PROBLEM DETAILS: The output is the lines below from the one with "F1_DEPTH = 34" through the one with "FreeCAD Python script", both included, printed exactly and with no other line.
------------------------
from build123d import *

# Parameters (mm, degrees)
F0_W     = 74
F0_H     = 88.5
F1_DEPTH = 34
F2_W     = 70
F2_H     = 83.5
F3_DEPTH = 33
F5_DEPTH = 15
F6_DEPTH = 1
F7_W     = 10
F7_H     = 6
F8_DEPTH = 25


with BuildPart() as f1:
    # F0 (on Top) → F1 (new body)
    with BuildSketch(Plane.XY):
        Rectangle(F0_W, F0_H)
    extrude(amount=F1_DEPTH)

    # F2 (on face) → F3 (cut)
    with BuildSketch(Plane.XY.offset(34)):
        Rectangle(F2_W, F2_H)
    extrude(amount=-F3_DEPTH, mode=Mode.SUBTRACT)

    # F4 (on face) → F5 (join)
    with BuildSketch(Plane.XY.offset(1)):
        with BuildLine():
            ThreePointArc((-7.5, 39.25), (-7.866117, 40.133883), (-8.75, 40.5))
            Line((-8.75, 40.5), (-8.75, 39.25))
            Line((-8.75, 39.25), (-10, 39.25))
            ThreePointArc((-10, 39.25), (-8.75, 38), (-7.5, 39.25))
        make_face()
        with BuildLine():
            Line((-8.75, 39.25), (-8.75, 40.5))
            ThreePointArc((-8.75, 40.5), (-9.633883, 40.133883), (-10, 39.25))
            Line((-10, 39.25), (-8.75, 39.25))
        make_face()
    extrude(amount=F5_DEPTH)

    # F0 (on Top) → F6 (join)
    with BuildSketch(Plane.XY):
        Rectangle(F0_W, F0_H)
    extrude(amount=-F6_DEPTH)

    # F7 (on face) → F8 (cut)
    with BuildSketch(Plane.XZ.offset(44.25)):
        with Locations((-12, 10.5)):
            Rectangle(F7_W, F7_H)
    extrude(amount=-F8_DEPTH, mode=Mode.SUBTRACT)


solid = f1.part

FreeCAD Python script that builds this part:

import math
import FreeCAD as App
import Part
import Sketcher


def add_polygon(sketch, points):
    """Adds a closed chain of lines whose ends are joined by coincident constraints."""
    first, n = sketch.GeometryCount, len(points)
    for a, b in zip(points, points[1:] + points[:1]):
        sketch.addGeometry(Part.LineSegment(App.Vector(*a, 0), App.Vector(*b, 0)), False)
    for i in range(n):
        sketch.addConstraint(Sketcher.Constraint("Coincident", first + i, 2, first + (i + 1) % n, 1))

doc = App.newDocument("Part")
body = doc.addObject("PartDesign::Body", "Body")

# Sketch on XY plane
sketch1 = body.newObject("Sketcher::SketchObject", "Sketch")
sketch1.AttachmentSupport = (doc.getObject("XY_Plane"), [""])
sketch1.MapMode = "FlatFace"
add_polygon(sketch1, [(-37, 44), (-37, -44), (37, -44), (37, 44)])  # lines 0-3
sketch1.addConstraint([
    Sketcher.Constraint("Vertical", 0),
    Sketcher.Constraint("Horizontal", 1),
    Sketcher.Constraint("Vertical", 2),
    Sketcher.Constraint("Horizontal", 3),
    Sketcher.Constraint("Symmetric", 0, 2, 2, 2, -1, 1),
    Sketcher.Constraint("DistanceX", 1, 1, 1, 2, 74.0),
    Sketcher.Constraint("DistanceY", 0, 2, 0, 1, 88.5),
])
pad1 = body.newObject("PartDesign::Pad", "Pad")
pad1.Profile = sketch1
pad1.Length = 34

# Sketch on XY plane
sketch2 = body.newObject("Sketcher::SketchObject", "Sketch001")
sketch2.AttachmentSupport = (doc.getObject("XY_Plane"), [""])
sketch2.MapMode = "FlatFace"
sketch2.AttachmentOffset = App.Placement(App.Vector(0, 0, 34), App.Rotation())
add_polygon(sketch2, [(-35, 42), (-35, -42), (35, -42), (35, 42)])  # lines 0-3
sketch2.addConstraint([
    Sketcher.Constraint("Vertical", 0),
    Sketcher.Constraint("Horizontal", 1),
    Sketcher.Constraint("Vertical", 2),
    Sketcher.Constraint("Horizontal", 3),
    Sketcher.Constraint("Symmetric", 0, 2, 2, 2, -1, 1),
    Sketcher.Constraint("DistanceX", 1, 1, 1, 2, 70.0),
    Sketcher.Constraint("DistanceY", 0, 2, 0, 1, 83.5),
])
pocket1 = body.newObject("PartDesign::Pocket", "Pocket")
pocket1.Profile = sketch2
pocket1.Length = 33

# Sketch on XY plane
sketch3 = body.newObject("Sketcher::SketchObject", "Sketch002")
sketch3.AttachmentSupport = (doc.getObject("XY_Plane"), [""])
sketch3.MapMode = "FlatFace"
sketch3.AttachmentOffset = App.Placement(App.Vector(0, 0, 1), App.Rotation())
sketch3.addGeometry([
    Part.ArcOfCircle(Part.Circle(App.Vector(-8.8, 39.2, 0), App.Vector(0, 0, 1), 1.3), math.radians(0), math.radians(90)),
    Part.ArcOfCircle(Part.Circle(App.Vector(-8.7, 39.2, 0), App.Vector(0, 0, 1), 1.3), math.radians(90), math.radians(180)),
    Part.ArcOfCircle(Part.Circle(App.Vector(-8.8, 39.2, 0), App.Vector(0, 0, 1), 1.2), math.radians(180), math.radians(360)),
], False)
sketch3.addConstraint([
    Sketcher.Constraint("Coincident", 0, 2, 1, 1),
    Sketcher.Constraint("Tangent", 1, 2, 2, 1),
    Sketcher.Constraint("Tangent", 2, 2, 0, 1),
    Sketcher.Constraint("Equal", 1, 2),
    Sketcher.Constraint("Horizontal", 2, 3, 1, 2),
    Sketcher.Constraint("Horizontal", 1, 2, 2, 2),
    Sketcher.Constraint("Vertical", 2, 3, 0, 2),
    Sketcher.Constraint("Radius", 0, 1.250002),
    Sketcher.Constraint("DistanceX", 1, 2, -1, 1, 10.0),
    Sketcher.Constraint("DistanceY", -1, 1, 0, 2, 40.5),
])
pad2 = body.newObject("PartDesign::Pad", "Pad001")
pad2.Profile = sketch3
pad2.Length = 15

# Sketch on XY plane
sketch4 = body.newObject("Sketcher::SketchObject", "Sketch003")
sketch4.AttachmentSupport = (doc.getObject("XY_Plane"), [""])
sketch4.MapMode = "FlatFace"
add_polygon(sketch4, [(-37, 44), (-37, -44), (37, -44), (37, 44)])  # lines 0-3
sketch4.addConstraint([
    Sketcher.Constraint("Vertical", 0),
    Sketcher.Constraint("Horizontal", 1),
    Sketcher.Constraint("Vertical", 2),
    Sketcher.Constraint("Horizontal", 3),
    Sketcher.Constraint("Symmetric", 0, 2, 2, 2, -1, 1),
    Sketcher.Constraint("DistanceX", 1, 1, 1, 2, 74.0),
    Sketcher.Constraint("DistanceY", 0, 2, 0, 1, 88.5),
])
pad3 = body.newObject("PartDesign::Pad", "Pad002")
pad3.Profile = sketch4
pad3.Length = 1
pad3.Reversed = True

# Sketch on XZ plane
sketch5 = body.newObject("Sketcher::SketchObject", "Sketch004")
sketch5.AttachmentSupport = (doc.getObject("XZ_Plane"), [""])
sketch5.MapMode = "FlatFace"
sketch5.AttachmentOffset = App.Placement(App.Vector(0, 0, 44.25), App.Rotation())
add_polygon(sketch5, [(-17, 14), (-17, 8), (-7, 8), (-7, 14)])  # lines 0-3
sketch5.addConstraint([
    Sketcher.Constraint("Vertical", 0),
    Sketcher.Constraint("Horizontal", 1),
    Sketcher.Constraint("Vertical", 2),
    Sketcher.Constraint("Horizontal", 3),
    Sketcher.Constraint("DistanceX", 1, 1, 1, 2, 10.0),
    Sketcher.Constraint("DistanceY", 0, 2, 0, 1, 6.0),
    Sketcher.Constraint("DistanceX", 0, 2, -1, 1, 17.0),
    Sketcher.Constraint("DistanceY", -1, 1, 0, 2, 7.5),
])
pocket2 = body.newObject("PartDesign::Pocket", "Pocket001")
pocket2.Profile = sketch5
pocket2.Length = 25

doc.recompute()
------------------------
RESULT BELOW:
F1_DEPTH = 34
F2_W     = 70
F2_H     = 83.5
F3_DEPTH = 33
F5_DEPTH = 15
F6_DEPTH = 1
F7_W     = 10
F7_H     = 6
F8_DEPTH = 25


with BuildPart() as f1:
    # F0 (on Top) → F1 (new body)
    with BuildSketch(Plane.XY):
        Rectangle(F0_W, F0_H)
    extrude(amount=F1_DEPTH)

    # F2 (on face) → F3 (cut)
    with BuildSketch(Plane.XY.offset(34)):
        Rectangle(F2_W, F2_H)
    extrude(amount=-F3_DEPTH, mode=Mode.SUBTRACT)

    # F4 (on face) → F5 (join)
    with BuildSketch(Plane.XY.offset(1)):
        with BuildLine():
            ThreePointArc((-7.5, 39.25), (-7.866117, 40.133883), (-8.75, 40.5))
            Line((-8.75, 40.5), (-8.75, 39.25))
            Line((-8.75, 39.25), (-10, 39.25))
            ThreePointArc((-10, 39.25), (-8.75, 38), (-7.5, 39.25))
        make_face()
        with BuildLine():
            Line((-8.75, 39.25), (-8.75, 40.5))
            ThreePointArc((-8.75, 40.5), (-9.633883, 40.133883), (-10, 39.25))
            Line((-10, 39.25), (-8.75, 39.25))
        make_face()
    extrude(amount=F5_DEPTH)

    # F0 (on Top) → F6 (join)
    with BuildSketch(Plane.XY):
        Rectangle(F0_W, F0_H)
    extrude(amount=-F6_DEPTH)

    # F7 (on face) → F8 (cut)
    with BuildSketch(Plane.XZ.offset(44.25)):
        with Locations((-12, 10.5)):
            Rectangle(F7_W, F7_H)
    extrude(amount=-F8_DEPTH, mode=Mode.SUBTRACT)


solid = f1.part

FreeCAD Python script that builds this part:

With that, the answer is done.